Only one stretch of the records below should be repeated. It starts with the line containing "extrude(amount=PAD_DEPTH)" and goes on through the line containing "Line((12.25, 12.5), (0.660254, 12.5))", exactly as written.

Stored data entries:
+---+
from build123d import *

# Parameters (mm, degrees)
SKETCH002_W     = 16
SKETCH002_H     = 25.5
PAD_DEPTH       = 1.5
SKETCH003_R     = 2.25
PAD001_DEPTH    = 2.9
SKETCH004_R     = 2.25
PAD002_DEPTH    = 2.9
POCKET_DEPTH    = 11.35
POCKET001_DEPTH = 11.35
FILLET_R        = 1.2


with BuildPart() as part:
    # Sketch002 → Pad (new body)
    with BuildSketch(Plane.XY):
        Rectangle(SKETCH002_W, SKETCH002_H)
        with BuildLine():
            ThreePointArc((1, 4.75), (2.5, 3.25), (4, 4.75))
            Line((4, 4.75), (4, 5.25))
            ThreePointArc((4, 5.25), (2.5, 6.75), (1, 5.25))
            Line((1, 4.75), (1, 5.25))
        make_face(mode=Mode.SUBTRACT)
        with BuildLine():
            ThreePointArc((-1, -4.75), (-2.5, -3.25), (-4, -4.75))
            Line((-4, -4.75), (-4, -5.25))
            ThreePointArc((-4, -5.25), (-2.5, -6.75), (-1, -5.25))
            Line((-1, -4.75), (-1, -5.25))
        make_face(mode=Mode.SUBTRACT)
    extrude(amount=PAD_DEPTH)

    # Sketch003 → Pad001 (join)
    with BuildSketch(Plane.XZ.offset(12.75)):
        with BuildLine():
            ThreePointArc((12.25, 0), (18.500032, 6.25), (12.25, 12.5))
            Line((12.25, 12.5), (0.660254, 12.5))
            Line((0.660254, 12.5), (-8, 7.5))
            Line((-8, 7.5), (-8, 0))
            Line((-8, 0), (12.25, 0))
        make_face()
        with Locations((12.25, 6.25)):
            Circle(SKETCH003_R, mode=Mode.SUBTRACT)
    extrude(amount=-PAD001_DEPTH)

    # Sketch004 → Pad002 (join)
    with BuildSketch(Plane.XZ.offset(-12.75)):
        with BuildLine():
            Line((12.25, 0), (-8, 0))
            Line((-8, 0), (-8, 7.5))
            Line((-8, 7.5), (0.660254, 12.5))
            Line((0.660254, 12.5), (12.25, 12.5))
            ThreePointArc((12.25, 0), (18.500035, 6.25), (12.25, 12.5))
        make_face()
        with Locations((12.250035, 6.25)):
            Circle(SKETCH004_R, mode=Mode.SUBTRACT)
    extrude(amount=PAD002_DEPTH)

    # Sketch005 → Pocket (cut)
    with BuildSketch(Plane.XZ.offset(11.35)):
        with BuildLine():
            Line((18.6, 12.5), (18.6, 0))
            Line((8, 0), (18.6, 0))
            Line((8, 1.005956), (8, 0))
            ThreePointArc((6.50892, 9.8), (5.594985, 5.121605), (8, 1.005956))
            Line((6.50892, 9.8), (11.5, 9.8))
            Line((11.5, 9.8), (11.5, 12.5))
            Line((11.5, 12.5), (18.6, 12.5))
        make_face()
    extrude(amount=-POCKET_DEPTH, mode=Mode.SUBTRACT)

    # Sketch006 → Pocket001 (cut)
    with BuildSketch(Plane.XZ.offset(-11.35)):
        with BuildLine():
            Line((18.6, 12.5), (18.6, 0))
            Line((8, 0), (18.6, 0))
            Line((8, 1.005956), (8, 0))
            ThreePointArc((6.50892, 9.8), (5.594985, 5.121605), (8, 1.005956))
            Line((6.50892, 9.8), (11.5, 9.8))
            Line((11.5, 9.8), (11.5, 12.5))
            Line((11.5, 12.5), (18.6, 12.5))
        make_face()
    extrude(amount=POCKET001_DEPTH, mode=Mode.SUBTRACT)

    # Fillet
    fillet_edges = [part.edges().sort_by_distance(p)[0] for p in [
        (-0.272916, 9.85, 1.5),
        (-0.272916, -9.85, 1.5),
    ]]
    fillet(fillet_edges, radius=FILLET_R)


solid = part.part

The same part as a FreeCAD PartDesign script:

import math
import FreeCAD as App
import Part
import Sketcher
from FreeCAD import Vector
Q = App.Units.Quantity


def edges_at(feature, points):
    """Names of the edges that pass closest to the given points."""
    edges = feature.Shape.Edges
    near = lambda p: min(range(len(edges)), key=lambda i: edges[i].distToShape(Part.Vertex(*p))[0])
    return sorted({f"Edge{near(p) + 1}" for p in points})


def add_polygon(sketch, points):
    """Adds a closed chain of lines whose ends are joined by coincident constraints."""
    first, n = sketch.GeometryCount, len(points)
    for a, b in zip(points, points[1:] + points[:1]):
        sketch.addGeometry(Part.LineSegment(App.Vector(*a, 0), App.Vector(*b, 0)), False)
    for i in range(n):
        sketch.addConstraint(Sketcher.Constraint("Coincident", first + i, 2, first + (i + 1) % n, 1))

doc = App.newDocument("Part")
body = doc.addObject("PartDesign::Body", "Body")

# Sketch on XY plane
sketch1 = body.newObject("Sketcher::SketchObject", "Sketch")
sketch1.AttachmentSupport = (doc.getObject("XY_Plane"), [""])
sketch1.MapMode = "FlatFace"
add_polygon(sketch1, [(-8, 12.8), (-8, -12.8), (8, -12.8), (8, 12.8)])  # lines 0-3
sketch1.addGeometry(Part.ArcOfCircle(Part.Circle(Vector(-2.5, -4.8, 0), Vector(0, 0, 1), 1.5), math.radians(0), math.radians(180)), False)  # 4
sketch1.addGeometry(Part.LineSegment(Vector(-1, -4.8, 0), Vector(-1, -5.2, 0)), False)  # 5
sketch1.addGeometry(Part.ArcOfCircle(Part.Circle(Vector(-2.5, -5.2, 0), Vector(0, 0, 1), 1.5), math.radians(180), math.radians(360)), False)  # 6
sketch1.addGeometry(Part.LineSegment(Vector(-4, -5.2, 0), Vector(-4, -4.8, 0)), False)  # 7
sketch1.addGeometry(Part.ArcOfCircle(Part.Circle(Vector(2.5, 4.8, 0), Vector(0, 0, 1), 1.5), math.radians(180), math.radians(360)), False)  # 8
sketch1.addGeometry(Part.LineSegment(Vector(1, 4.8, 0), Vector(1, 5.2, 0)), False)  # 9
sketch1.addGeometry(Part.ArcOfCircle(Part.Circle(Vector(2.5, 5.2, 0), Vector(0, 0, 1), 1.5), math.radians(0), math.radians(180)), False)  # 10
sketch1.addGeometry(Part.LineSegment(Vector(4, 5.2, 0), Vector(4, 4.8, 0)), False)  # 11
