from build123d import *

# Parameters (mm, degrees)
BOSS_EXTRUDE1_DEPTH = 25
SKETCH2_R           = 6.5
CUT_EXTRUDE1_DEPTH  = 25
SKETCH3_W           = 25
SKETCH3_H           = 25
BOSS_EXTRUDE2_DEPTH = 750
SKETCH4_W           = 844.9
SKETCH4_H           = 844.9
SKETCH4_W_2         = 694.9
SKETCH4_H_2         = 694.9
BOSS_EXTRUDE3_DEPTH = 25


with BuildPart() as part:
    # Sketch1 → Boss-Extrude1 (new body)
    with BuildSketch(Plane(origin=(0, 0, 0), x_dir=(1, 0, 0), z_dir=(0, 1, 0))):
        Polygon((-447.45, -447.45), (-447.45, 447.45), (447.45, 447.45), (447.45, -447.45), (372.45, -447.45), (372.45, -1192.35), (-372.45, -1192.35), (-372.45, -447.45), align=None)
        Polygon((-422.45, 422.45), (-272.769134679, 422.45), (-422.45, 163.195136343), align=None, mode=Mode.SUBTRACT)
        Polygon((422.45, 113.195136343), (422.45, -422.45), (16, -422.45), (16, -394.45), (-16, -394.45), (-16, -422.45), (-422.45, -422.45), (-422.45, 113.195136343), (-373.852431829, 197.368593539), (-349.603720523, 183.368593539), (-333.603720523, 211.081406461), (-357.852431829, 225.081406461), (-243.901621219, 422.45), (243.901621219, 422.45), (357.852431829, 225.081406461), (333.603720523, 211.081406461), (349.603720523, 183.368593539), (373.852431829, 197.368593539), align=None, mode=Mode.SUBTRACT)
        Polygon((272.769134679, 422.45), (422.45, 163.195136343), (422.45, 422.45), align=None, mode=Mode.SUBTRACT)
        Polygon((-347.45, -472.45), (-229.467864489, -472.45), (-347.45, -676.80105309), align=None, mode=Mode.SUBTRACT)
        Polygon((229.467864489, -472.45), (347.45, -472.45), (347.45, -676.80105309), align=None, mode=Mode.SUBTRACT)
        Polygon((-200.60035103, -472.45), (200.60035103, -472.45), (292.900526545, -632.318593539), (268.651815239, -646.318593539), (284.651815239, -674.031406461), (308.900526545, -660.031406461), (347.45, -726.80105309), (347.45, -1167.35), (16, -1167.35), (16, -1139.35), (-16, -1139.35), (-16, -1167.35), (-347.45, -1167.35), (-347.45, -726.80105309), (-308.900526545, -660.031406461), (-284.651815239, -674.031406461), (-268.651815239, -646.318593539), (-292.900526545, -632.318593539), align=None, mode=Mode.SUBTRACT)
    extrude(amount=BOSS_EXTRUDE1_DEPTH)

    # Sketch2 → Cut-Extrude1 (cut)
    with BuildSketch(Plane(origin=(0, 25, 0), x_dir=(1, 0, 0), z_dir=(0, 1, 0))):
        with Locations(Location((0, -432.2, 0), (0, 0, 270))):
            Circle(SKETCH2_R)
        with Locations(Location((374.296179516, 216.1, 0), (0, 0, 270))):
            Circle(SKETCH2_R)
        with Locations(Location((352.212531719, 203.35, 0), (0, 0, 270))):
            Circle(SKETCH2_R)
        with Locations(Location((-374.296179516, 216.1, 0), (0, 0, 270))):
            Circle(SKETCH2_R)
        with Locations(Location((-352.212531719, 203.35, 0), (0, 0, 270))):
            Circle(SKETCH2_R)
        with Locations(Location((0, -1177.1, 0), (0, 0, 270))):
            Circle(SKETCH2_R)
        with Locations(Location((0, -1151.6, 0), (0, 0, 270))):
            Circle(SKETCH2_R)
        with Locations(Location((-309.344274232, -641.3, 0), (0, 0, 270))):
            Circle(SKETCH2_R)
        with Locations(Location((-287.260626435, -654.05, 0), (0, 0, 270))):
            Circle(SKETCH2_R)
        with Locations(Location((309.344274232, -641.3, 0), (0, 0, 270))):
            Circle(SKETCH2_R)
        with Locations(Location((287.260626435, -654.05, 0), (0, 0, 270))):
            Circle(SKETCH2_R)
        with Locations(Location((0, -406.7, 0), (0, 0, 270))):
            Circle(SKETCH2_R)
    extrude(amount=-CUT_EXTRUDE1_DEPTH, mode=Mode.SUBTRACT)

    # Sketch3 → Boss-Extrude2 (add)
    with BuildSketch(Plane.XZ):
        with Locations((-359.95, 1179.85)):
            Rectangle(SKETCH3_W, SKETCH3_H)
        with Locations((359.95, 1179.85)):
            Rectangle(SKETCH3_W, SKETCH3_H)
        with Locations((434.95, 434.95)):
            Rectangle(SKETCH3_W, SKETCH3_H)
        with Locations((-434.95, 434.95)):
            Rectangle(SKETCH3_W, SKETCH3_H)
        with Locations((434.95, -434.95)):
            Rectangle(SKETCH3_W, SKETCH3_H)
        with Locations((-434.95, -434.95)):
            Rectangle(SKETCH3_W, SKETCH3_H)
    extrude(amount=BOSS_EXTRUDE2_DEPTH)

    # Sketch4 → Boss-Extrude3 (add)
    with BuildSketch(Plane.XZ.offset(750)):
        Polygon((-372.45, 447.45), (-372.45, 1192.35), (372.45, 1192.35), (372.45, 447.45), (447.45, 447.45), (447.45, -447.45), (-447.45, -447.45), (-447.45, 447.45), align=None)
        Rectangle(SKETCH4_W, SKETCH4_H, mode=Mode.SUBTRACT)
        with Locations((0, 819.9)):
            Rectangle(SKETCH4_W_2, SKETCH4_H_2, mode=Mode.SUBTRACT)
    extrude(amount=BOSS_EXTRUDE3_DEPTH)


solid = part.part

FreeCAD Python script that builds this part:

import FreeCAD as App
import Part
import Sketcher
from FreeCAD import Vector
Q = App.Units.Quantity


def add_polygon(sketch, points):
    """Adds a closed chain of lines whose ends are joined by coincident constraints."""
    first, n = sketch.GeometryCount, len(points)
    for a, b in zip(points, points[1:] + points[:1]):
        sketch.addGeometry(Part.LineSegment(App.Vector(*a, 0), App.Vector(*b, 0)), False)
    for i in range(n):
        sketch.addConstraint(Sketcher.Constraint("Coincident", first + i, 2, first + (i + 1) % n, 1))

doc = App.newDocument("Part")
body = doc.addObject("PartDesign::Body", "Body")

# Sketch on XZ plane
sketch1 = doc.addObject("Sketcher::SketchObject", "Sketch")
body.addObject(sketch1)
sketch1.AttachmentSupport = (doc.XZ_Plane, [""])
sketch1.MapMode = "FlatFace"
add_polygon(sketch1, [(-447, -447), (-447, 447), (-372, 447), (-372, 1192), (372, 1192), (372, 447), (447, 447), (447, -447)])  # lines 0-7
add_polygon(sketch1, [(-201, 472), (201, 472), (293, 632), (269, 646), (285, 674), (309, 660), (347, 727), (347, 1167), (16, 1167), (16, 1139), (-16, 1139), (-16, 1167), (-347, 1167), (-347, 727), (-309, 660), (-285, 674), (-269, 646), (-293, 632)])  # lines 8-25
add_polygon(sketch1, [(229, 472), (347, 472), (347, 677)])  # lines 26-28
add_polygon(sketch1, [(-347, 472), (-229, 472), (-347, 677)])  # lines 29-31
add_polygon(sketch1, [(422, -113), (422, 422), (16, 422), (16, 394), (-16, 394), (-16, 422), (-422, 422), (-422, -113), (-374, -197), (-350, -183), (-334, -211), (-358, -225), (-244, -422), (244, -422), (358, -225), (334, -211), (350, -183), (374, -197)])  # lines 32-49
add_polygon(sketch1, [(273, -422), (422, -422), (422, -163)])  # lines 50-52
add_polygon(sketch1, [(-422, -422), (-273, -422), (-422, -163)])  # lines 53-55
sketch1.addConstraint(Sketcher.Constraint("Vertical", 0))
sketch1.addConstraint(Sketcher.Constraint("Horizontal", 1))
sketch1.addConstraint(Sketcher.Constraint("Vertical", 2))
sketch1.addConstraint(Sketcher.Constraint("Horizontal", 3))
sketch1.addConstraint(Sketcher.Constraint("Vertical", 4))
+---+
* TASK RESPONSE
    extrude(amount=PAD_DEPTH)

    # Sketch003 → Pad001 (join)
    with BuildSketch(Plane.XZ.offset(12.75)):
        with BuildLine():
            ThreePointArc((12.25, 0), (18.500032, 6.25), (12.25, 12.5))
            Line((12.25, 12.5), (0.660254, 12.5))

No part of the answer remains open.